- [What the task asks]: Below are several entries. Transcribe exactly those lines that fall from the one with "f 417 158 424" through the one with "f 445 263 268", end lines included.
START Data extracts
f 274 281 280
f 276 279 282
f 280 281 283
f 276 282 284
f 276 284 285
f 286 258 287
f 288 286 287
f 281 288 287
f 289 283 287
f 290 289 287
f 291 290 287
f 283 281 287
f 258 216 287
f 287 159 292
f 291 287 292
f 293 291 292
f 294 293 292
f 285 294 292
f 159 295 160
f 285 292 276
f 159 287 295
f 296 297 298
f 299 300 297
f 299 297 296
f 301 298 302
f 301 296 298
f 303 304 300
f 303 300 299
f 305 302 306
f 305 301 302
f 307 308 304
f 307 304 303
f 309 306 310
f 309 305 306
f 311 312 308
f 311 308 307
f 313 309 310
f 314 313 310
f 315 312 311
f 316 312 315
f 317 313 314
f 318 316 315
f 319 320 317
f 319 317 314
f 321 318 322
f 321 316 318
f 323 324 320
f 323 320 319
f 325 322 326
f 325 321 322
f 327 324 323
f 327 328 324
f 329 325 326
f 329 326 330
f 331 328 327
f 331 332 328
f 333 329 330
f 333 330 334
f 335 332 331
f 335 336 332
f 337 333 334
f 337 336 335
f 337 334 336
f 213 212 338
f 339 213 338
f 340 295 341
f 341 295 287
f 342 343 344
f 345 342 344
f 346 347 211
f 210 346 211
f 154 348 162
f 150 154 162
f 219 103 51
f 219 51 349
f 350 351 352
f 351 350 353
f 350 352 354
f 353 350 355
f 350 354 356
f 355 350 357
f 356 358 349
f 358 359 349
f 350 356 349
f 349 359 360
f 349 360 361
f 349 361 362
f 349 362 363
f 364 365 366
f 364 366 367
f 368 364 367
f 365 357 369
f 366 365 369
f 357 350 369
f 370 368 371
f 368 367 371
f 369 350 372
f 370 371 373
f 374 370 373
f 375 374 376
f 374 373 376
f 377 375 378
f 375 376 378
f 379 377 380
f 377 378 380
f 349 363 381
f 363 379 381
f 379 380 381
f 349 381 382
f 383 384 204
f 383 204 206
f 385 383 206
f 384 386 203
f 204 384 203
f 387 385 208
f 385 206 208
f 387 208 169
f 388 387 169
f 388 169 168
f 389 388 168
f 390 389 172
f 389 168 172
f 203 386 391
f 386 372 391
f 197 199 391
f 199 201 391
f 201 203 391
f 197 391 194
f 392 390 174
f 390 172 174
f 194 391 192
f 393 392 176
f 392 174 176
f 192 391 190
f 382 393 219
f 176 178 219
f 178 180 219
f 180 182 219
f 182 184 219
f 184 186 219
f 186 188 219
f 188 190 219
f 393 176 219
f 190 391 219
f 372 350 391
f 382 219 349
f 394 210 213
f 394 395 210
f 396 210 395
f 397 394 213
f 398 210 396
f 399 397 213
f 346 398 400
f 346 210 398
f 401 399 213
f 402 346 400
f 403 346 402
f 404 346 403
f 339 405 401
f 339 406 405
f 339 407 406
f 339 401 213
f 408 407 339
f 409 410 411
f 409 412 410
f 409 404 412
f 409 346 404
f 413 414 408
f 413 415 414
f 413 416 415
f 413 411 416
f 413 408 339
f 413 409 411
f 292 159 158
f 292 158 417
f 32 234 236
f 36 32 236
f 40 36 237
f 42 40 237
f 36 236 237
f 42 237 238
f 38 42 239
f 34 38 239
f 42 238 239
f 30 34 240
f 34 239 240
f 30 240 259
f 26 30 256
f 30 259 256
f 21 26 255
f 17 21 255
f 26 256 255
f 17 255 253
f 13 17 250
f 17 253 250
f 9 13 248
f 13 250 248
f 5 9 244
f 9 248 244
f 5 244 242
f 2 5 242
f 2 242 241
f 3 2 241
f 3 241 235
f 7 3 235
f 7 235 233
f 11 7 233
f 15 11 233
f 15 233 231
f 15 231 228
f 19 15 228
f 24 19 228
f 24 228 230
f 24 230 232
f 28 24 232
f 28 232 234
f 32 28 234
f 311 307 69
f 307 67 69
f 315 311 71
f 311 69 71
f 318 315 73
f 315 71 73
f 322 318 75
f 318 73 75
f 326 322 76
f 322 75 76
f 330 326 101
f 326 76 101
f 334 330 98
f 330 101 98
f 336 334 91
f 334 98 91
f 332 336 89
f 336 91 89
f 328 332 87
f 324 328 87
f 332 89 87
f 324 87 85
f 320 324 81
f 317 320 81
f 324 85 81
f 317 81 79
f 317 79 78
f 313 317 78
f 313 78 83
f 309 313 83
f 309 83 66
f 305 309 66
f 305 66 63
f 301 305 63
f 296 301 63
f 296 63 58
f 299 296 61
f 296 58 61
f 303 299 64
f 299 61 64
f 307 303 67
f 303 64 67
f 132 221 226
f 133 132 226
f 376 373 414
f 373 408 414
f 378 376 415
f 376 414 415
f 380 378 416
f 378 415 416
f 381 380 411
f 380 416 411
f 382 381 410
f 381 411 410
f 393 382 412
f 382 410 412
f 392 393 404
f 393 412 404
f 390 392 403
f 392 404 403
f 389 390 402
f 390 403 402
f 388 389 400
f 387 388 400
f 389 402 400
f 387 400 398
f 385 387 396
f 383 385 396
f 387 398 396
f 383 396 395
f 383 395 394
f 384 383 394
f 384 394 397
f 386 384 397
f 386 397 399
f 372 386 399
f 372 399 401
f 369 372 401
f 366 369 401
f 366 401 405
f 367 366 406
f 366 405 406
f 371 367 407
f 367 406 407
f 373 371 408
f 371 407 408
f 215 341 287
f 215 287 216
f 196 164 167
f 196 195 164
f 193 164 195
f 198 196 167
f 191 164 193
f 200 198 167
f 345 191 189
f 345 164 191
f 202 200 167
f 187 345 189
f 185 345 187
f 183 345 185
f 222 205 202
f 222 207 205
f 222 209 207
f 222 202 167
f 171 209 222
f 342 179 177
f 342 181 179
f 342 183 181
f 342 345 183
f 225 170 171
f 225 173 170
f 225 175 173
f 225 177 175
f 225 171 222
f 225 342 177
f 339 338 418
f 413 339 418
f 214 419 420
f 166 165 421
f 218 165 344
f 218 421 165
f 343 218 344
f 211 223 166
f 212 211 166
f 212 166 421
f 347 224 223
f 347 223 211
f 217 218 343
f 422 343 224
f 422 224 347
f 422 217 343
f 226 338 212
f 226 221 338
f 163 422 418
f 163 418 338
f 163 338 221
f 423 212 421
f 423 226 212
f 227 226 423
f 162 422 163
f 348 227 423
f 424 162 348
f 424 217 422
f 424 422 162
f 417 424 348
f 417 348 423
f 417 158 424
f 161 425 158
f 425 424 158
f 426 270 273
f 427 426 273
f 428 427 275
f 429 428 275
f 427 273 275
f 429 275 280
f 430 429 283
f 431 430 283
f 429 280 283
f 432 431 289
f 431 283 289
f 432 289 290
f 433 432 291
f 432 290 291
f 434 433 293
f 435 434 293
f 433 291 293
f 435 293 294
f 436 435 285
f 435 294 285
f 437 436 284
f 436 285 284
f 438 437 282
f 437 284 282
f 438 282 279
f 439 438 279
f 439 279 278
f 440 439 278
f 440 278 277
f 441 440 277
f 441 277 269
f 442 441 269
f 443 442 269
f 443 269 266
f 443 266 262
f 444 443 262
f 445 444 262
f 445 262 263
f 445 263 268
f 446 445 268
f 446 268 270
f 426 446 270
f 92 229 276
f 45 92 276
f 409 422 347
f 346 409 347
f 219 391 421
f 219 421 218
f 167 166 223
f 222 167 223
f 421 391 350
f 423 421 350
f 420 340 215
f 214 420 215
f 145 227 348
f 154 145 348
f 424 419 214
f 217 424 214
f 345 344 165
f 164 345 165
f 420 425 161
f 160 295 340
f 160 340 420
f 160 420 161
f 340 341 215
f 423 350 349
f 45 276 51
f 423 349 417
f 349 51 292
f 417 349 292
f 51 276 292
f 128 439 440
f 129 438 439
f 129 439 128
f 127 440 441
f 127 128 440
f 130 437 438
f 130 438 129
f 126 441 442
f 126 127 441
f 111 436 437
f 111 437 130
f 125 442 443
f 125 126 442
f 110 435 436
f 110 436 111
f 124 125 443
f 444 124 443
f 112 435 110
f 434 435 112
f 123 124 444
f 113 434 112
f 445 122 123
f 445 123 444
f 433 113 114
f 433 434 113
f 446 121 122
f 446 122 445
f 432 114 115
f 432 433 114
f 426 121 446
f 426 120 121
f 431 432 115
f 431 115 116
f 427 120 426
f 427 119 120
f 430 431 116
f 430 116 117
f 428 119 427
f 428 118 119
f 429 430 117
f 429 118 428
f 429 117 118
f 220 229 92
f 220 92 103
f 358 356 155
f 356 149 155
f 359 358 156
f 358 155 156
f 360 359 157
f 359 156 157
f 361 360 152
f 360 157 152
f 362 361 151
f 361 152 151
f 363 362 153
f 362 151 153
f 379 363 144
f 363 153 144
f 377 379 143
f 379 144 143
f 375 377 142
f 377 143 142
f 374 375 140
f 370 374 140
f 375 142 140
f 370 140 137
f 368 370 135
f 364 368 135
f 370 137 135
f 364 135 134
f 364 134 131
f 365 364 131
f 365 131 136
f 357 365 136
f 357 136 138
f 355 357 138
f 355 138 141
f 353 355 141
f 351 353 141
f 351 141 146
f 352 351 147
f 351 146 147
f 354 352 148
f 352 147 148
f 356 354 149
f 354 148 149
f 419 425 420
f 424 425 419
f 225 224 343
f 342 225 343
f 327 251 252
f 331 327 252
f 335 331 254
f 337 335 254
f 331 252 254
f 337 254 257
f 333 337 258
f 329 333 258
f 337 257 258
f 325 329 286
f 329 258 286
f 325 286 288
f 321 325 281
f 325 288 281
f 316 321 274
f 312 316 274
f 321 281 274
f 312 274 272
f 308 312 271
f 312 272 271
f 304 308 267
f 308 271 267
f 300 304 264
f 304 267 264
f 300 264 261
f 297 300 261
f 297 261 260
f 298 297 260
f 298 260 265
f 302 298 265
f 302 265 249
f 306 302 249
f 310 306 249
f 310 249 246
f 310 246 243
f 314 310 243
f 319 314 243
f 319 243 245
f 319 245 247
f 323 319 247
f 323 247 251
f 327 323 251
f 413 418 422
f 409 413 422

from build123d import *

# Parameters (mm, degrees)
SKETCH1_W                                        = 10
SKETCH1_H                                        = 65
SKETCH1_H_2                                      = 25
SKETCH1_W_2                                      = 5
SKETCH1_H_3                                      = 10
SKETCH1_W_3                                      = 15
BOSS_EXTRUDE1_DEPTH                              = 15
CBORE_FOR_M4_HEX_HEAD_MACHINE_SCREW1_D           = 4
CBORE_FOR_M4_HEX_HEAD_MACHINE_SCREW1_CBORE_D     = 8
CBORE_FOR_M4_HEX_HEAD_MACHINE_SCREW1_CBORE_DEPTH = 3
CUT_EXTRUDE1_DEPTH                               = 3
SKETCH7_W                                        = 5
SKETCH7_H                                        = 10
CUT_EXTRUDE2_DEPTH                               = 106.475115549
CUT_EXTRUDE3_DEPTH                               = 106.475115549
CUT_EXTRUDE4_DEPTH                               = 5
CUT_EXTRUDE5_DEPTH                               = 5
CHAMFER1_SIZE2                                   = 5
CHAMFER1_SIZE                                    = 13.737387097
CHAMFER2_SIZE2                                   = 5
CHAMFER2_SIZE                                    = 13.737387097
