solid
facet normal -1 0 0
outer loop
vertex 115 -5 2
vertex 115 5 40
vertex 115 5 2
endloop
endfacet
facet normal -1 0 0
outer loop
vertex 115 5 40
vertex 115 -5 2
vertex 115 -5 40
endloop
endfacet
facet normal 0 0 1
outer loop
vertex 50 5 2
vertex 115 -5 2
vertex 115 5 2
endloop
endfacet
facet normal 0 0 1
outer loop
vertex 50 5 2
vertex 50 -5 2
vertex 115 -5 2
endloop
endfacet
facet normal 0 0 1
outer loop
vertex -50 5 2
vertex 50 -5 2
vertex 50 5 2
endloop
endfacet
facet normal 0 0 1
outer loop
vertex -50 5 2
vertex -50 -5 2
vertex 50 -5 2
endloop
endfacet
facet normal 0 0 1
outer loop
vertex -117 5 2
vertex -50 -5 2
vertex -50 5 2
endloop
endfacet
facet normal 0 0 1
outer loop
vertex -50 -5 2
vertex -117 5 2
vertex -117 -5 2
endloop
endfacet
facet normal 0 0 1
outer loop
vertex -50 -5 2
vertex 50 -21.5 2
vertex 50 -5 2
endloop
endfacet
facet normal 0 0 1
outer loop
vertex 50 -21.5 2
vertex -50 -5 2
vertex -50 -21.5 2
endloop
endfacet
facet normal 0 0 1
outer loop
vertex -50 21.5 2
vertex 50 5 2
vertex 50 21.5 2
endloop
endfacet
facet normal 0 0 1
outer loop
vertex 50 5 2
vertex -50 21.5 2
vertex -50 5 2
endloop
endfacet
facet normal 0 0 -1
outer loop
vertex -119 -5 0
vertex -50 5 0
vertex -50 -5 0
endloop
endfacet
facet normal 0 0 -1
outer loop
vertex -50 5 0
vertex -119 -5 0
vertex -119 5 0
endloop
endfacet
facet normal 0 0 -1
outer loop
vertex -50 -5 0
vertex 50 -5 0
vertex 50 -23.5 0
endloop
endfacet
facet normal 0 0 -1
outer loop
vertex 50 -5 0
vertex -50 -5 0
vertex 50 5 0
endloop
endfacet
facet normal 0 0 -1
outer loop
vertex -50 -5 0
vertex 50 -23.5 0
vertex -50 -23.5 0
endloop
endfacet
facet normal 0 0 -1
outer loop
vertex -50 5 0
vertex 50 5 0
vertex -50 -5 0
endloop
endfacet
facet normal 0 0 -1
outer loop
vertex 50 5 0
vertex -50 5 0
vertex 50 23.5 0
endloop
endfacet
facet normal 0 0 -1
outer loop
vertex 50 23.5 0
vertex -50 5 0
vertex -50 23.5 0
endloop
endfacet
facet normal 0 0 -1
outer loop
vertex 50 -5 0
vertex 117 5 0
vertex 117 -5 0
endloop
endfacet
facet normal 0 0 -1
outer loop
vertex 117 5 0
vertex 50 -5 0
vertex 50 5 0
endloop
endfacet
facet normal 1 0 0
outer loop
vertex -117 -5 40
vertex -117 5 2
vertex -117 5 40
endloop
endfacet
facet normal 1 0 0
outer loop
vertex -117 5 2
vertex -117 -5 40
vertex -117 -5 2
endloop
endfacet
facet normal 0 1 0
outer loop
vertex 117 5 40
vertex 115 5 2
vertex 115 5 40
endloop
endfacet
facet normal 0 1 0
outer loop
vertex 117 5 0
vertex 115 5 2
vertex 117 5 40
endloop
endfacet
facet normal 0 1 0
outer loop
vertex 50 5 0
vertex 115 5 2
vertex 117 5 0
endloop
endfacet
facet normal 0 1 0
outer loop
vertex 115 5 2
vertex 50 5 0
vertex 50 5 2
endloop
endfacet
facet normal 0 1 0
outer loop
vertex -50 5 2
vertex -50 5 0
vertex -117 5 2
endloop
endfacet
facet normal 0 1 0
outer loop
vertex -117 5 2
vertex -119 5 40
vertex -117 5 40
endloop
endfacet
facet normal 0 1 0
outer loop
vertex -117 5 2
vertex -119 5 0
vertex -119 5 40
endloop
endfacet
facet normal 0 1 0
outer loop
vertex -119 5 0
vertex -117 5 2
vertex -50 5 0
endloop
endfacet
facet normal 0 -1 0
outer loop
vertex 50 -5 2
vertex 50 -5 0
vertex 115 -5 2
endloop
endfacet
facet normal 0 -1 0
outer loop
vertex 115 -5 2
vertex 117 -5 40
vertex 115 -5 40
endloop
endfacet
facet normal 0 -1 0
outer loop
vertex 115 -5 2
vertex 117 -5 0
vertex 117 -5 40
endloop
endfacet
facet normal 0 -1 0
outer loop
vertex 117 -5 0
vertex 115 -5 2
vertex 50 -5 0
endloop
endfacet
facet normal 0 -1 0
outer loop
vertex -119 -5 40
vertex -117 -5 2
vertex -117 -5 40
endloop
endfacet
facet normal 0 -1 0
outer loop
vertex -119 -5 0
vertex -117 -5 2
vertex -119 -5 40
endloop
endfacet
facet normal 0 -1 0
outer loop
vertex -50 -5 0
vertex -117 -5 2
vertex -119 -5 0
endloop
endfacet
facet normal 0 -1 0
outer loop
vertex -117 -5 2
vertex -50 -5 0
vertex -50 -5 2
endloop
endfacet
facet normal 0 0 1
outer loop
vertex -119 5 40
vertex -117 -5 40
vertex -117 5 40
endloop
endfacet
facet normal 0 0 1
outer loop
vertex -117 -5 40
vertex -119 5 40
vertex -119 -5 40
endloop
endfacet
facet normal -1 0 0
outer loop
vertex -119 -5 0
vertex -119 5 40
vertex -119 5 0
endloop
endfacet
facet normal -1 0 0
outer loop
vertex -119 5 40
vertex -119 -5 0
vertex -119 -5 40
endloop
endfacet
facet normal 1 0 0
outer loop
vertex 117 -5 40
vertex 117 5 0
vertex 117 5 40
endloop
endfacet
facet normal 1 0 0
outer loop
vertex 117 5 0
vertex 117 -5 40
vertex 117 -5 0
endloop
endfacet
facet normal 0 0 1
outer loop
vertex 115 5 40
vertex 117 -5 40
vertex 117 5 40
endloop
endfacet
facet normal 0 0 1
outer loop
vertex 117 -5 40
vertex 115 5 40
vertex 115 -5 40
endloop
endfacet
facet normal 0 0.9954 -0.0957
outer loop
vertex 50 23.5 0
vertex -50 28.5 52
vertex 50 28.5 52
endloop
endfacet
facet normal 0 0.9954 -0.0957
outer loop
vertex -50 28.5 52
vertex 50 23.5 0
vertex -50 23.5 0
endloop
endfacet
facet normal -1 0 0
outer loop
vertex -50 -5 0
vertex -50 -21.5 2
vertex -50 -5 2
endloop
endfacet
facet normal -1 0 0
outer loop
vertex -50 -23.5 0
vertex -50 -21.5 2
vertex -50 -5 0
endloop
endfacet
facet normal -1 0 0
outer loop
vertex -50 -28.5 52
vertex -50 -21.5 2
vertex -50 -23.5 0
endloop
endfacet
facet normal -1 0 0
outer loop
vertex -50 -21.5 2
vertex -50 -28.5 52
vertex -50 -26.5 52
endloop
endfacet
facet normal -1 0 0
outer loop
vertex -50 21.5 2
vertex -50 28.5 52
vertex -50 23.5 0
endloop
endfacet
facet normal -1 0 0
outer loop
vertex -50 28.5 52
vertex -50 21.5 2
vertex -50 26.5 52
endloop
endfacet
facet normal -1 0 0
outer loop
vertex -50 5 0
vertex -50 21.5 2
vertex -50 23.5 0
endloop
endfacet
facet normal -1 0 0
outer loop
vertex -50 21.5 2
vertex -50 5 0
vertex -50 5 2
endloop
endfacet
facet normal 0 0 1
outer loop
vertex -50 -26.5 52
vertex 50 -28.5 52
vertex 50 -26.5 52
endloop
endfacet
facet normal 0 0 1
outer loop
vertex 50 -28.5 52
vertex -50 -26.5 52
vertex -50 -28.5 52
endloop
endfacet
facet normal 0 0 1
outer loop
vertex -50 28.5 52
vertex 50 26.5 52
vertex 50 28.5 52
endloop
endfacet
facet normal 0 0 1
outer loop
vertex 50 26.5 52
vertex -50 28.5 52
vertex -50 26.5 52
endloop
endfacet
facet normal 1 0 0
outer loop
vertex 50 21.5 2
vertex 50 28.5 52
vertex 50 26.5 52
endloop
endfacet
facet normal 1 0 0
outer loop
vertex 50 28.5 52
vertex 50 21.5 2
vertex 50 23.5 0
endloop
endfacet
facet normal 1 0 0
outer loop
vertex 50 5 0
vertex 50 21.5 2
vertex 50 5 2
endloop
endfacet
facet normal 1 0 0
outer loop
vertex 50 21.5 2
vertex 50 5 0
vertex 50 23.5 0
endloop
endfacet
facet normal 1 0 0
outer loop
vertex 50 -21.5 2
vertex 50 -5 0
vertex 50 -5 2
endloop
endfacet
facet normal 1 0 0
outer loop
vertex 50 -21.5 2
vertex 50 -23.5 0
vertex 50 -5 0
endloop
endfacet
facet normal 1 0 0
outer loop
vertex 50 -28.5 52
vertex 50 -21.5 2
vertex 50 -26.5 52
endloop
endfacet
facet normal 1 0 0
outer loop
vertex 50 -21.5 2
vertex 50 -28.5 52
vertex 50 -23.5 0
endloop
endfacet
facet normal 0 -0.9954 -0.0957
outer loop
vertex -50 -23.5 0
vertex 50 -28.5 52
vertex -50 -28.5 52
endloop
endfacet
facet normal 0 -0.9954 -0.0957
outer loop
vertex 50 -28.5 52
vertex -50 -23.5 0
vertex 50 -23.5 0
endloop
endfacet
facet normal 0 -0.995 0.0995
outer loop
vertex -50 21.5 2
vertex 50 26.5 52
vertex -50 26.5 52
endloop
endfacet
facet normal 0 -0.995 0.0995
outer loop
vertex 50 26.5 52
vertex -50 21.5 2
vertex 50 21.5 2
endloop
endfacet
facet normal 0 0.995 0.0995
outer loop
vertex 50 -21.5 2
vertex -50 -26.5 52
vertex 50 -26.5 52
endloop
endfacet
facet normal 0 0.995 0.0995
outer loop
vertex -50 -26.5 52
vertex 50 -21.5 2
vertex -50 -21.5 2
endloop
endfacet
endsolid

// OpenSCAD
module pocket(coverlength=10)
{
  wall=2;
  bottomwidth=43;
  topwidth=48;
  pocketheight=50;
  
  rotate([90,0,90])
  translate([-bottomwidth/2,wall,-coverlength/2])
  difference()
  {
    linear_extrude(height=coverlength) polygon([[0-wall,0-wall],[bottomwidth+wall,0-wall],[topwidth+wall,pocketheight],[-5-wall,pocketheight]]);
    linear_extrude(height=coverlength) polygon([[0,0],[bottomwidth,0],[topwidth,pocketheight],[-5,pocketheight]]);
  }
}


module strip(earheight=10)
{
  wall=2;
  stripwidth=10;
  coverlength=232;
  translate([-(coverlength+wall)/2,-stripwidth/2,0])
  {  
    cube([coverlength,stripwidth,wall]);
    translate([-wall,0,0])cube([wall,stripwidth,earheight]);
    translate([coverlength,0,0])cube([wall,stripwidth,earheight]);
  }
}

strip(40);

pocket(100);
END Data extracts
- [Exercise output]:
f 417 158 424
f 161 425 158
f 425 424 158
f 426 270 273
f 427 426 273
f 428 427 275
f 429 428 275
f 427 273 275
f 429 275 280
f 430 429 283
f 431 430 283
f 429 280 283
f 432 431 289
f 431 283 289
f 432 289 290
f 433 432 291
f 432 290 291
f 434 433 293
f 435 434 293
f 433 291 293
f 435 293 294
f 436 435 285
f 435 294 285
f 437 436 284
f 436 285 284
f 438 437 282
f 437 284 282
f 438 282 279
f 439 438 279
f 439 279 278
f 440 439 278
f 440 278 277
f 441 440 277
f 441 277 269
f 442 441 269
f 443 442 269
f 443 269 266
f 443 266 262
f 444 443 262
f 445 444 262
f 445 262 263
f 445 263 268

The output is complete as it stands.